The doctor used, on a Sunday evening, after church, to sit on the green at Hatton, with his pipe and his jug, and witness the exertions of his parishioners in the truly English game of cricket, making only one proviso, that none should join the party who had not previously been to church. It is needless to say his presence was an effectual check on all disorderly conduct. The skittle-grounds were deserted, and a better conducted parish was rarely seen than the worthy Doctor's.

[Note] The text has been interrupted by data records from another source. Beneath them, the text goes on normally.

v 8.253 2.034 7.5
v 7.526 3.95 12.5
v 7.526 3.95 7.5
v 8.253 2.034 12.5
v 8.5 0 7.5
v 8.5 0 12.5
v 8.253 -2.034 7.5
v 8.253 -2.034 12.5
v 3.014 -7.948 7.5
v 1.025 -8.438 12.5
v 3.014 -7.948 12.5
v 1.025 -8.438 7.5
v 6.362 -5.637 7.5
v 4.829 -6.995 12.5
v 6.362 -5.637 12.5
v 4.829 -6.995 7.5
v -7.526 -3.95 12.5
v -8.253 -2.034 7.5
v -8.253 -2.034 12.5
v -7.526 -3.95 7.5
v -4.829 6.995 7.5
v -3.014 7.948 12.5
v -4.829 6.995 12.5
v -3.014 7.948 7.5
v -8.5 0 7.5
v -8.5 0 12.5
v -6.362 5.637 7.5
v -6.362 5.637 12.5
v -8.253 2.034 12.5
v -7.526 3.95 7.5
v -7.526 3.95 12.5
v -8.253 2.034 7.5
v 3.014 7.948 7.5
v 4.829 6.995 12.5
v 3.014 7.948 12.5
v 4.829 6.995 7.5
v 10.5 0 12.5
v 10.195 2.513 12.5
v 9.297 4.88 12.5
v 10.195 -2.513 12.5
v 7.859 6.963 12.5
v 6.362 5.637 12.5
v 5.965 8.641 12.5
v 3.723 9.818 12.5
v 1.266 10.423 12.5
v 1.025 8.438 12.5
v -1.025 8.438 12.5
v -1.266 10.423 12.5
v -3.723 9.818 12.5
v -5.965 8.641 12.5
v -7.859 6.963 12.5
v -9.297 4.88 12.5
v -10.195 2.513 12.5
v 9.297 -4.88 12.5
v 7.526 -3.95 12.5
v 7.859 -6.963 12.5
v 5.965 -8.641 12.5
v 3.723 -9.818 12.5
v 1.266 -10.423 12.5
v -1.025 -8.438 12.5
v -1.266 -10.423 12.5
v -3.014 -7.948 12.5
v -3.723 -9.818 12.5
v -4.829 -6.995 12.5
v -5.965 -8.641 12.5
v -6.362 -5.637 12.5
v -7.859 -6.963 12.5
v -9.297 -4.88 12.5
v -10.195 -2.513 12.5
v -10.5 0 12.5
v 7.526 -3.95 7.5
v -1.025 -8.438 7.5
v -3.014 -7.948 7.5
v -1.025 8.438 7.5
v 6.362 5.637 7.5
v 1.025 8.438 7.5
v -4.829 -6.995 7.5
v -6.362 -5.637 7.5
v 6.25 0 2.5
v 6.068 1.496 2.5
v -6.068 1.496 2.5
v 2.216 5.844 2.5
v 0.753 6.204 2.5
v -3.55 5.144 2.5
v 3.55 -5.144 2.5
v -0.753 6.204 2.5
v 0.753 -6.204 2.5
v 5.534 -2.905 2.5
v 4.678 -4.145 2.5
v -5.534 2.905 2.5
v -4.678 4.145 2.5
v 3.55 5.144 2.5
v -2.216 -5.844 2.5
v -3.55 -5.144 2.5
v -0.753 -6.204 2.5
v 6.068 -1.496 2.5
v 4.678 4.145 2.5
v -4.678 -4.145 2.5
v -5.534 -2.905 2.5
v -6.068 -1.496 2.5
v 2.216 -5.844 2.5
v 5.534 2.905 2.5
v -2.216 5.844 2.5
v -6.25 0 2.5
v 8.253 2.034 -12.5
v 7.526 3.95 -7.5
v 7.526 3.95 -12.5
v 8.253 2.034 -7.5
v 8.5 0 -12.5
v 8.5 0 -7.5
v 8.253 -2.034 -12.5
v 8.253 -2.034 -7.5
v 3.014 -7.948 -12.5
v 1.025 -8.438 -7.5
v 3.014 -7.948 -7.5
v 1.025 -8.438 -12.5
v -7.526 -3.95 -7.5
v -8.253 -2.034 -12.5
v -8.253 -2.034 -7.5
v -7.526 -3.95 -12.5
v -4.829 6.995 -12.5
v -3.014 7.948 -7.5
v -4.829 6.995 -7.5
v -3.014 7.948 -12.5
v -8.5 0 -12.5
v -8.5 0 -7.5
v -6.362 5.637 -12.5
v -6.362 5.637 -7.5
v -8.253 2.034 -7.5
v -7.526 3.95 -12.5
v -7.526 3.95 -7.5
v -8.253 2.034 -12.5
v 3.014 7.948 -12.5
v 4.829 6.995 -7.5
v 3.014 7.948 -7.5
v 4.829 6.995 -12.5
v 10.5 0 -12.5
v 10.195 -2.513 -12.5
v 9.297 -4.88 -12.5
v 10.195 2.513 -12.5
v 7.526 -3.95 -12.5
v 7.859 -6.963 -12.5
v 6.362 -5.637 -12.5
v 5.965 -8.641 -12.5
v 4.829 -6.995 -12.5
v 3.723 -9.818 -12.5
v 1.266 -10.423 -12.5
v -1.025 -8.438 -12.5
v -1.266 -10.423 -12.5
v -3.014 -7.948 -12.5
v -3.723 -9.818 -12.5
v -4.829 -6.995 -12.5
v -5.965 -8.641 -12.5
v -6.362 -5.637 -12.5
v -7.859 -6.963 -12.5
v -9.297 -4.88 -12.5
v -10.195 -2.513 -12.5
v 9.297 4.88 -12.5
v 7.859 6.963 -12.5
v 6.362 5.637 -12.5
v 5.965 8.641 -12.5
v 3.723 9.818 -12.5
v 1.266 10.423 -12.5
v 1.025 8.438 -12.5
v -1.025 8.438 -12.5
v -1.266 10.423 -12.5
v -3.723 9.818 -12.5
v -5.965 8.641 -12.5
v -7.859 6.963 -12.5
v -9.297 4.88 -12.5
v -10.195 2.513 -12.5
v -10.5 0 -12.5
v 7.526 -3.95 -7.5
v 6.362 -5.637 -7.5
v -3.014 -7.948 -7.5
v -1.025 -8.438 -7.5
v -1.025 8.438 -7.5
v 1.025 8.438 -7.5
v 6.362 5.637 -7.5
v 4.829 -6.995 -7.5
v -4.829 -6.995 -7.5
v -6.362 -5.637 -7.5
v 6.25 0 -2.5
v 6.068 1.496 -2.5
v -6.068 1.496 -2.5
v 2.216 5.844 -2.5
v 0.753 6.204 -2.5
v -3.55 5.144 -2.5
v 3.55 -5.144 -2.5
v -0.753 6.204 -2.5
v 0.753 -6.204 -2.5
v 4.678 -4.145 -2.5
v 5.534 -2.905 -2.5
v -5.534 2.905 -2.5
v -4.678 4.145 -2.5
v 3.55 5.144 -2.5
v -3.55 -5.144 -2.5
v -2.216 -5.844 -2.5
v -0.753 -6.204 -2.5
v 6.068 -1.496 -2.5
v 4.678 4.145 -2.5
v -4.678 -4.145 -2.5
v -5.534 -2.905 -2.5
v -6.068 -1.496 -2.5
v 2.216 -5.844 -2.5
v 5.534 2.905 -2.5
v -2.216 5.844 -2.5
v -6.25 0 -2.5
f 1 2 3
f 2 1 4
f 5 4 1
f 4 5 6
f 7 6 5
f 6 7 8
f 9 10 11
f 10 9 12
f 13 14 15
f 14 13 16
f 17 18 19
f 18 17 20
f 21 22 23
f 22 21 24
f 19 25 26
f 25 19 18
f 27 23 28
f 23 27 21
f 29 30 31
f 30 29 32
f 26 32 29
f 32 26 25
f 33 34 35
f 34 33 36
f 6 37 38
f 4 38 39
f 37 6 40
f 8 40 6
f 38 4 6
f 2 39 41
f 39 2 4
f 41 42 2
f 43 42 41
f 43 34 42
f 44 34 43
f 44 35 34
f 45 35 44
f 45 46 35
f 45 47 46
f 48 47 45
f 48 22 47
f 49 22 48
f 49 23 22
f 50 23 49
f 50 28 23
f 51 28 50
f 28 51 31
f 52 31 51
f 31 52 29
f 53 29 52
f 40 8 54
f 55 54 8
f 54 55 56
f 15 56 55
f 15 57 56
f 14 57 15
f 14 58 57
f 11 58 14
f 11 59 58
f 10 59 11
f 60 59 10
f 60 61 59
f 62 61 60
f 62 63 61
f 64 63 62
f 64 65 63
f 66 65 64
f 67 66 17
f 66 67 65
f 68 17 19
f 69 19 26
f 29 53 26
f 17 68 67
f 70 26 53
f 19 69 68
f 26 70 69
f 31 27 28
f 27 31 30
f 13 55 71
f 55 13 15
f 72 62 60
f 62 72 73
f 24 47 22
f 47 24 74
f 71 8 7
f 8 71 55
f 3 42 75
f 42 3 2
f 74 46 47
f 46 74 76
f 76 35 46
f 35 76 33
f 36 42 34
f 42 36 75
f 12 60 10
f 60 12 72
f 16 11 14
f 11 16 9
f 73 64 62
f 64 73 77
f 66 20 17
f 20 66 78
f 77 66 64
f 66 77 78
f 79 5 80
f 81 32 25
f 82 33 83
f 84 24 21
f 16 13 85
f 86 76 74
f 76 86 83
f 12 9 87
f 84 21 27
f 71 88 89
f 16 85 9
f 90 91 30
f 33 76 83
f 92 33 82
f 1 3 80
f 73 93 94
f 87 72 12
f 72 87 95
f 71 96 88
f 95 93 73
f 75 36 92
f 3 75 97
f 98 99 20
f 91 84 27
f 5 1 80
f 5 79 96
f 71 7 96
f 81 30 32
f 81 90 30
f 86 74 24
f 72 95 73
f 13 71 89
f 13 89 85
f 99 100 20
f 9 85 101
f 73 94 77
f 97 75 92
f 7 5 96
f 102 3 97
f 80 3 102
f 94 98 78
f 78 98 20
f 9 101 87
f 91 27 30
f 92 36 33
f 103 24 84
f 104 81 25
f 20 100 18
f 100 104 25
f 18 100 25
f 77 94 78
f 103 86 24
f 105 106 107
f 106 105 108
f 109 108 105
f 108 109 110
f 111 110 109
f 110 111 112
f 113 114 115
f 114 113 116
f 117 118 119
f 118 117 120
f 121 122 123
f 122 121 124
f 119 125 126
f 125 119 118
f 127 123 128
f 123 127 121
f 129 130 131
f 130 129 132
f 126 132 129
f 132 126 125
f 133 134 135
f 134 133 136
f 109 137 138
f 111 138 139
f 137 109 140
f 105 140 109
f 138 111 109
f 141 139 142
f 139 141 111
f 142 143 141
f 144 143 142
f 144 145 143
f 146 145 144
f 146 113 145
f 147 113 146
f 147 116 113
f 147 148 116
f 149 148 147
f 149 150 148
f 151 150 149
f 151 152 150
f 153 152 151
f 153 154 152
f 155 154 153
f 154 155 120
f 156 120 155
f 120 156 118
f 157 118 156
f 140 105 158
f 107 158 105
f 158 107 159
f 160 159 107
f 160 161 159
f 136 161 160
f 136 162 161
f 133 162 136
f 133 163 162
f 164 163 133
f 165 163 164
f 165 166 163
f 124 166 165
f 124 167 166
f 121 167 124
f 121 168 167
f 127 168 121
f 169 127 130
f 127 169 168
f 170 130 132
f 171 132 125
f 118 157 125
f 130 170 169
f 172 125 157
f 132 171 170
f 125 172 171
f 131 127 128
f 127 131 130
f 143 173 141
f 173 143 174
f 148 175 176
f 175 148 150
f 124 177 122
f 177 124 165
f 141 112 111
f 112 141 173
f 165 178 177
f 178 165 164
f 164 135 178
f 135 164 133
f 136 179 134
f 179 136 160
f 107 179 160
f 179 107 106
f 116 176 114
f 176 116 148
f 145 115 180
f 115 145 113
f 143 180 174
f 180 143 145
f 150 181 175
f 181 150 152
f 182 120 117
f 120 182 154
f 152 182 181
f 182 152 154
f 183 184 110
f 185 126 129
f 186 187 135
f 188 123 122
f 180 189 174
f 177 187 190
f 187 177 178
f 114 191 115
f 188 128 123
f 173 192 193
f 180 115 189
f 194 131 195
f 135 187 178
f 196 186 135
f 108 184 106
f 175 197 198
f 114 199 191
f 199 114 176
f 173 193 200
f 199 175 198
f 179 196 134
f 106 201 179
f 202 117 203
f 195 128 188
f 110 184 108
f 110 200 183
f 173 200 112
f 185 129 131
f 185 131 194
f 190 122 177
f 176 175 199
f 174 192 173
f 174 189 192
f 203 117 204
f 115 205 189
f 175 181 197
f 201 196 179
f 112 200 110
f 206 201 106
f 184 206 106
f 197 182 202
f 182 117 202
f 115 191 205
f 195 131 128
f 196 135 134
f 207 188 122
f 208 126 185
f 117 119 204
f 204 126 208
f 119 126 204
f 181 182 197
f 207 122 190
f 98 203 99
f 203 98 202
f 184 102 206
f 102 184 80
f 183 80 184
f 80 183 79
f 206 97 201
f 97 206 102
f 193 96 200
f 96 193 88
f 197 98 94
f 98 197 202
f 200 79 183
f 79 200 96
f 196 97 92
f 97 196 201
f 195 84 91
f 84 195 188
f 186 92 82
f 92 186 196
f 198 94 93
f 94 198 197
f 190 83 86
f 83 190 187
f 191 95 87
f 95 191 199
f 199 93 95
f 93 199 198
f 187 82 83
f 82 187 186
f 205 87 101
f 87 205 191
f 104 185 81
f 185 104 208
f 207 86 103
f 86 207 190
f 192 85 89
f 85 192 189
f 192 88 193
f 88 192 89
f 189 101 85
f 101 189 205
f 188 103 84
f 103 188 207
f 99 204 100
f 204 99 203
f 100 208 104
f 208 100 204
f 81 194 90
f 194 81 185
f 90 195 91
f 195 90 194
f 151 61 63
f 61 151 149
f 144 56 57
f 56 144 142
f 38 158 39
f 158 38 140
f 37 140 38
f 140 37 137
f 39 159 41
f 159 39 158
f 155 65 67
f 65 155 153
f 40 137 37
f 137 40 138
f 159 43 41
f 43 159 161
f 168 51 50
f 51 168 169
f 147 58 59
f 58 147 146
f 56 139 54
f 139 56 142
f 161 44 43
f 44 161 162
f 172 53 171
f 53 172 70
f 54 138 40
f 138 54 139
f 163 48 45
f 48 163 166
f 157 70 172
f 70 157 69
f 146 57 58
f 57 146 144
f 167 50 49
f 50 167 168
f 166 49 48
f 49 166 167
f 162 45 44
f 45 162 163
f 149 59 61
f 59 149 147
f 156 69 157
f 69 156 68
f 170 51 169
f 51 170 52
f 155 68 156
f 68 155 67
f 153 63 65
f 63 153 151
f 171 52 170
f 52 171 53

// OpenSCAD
// file: parameters.scad
/******************************************************/
/* PLYUMP                                             */
/* file: parameters.scad                              */
/* author: Luis Rodriguez                             */
/* version: 0.32                                      */
/* w3b: tiny.cc/lyu                                   */
/* info: This file contains all the shared parameters */
/******************************************************/

birthday_day = 26;

/* Bearings dimensions (mm) */
bearings_clearance = 0.5; 	// Used to "easily fit bearings into their holes"
// 608zz id=8 od=22 thickness=7
608zz_inside_diameter = 8;
608zz_outside_diameter = 22;
608zz_thickness = 7;

// 624zz id=4 od=13 thickness=5
624zz_inside_diameter = 4;
624zz_outside_diameter = 13;
624zz_thickness = 5;

/* NEMA 17 */
nema_17_height = 42.2;
nema_17_screw_distance = 31.04;
nema_rollers_clearance = 3;

/* ROLLERS */
rollers_number = 6;
rollers_clearance = 4;
rollers_angle = 360 / ( rollers_number );
rollers_wall = 0;
rollers_diameter = 624zz_outside_diameter + rollers_wall * 2;
rollers_radius = rollers_diameter / 2;
rollers_shaft_diameter = 624zz_inside_diameter + bearings_clearance;
rollers_bearings_contacts_thickness = 2;
rollers_bearings_contacts_height = 3;

rollers_width = 624zz_thickness * 5;
rollers_easy_printing_inverted_cone_thickness = 624zz_thickness;

rollers_holder_thickness = 624zz_thickness/2;
rollers_holder_central_bearing_support_thickness = 3;
rollers_holder_central_bearing_support_height = 624zz_thickness;

rollers_radius_plus_clearance = rollers_radius + rollers_clearance / 2;
rollers_position_minimum_radius_minus_roller_radius = ( rollers_radius_plus_clearance - sin( rollers_angle / 2 ) 
	* rollers_radius_plus_clearance ) / sin( rollers_angle / 2 ) ;

if ( rollers_position_minimum_radius_minus_roller_radius < 608zz_inside_diameter) {

	echo(str(" THE ROLLERS WILL CRASH THE CENTRAL SHAFT, change the rollers_position_minimum_radius; " ) );
}

//rollers_position_minimum_radius = 608zz_inside_diameter + rollers_radius;
rollers_position_minimum_radius = rollers_position_minimum_radius_minus_roller_radius + rollers_radius;
echo(str("Rollers position radius = ", rollers_position_minimum_radius ) );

Dr. Parr was one of the enthusiastic admirers of Shakspeare, who fell upon their knees before Ireland's MSS., and by their idolatry inspired hundreds of others. Still, Parr attempts to explain this in a note to the catalogue of his library at Hatton, as follows:--"Ireland's (Samuel) Great and Impudent Forgery, called 'Miscellaneous Papers and Legal Instruments, under the hand and seal of William Shakspeare,' folio, 1796. I am almost ashamed to insert this worthless and infamously trickish book. It is said to include the tragedy of _King Lear_, and a fragment of _Hamlet_. Ireland told a lie when he imputed to me the words which _Joseph Warton_ used, the very morning I called on Ireland, and was inclined to admit the possibility of genuineness in his papers. In my subsequent conversation I told him my change of opinion. But I thought it not worth while to dispute in print with a detected impostor.--S. P."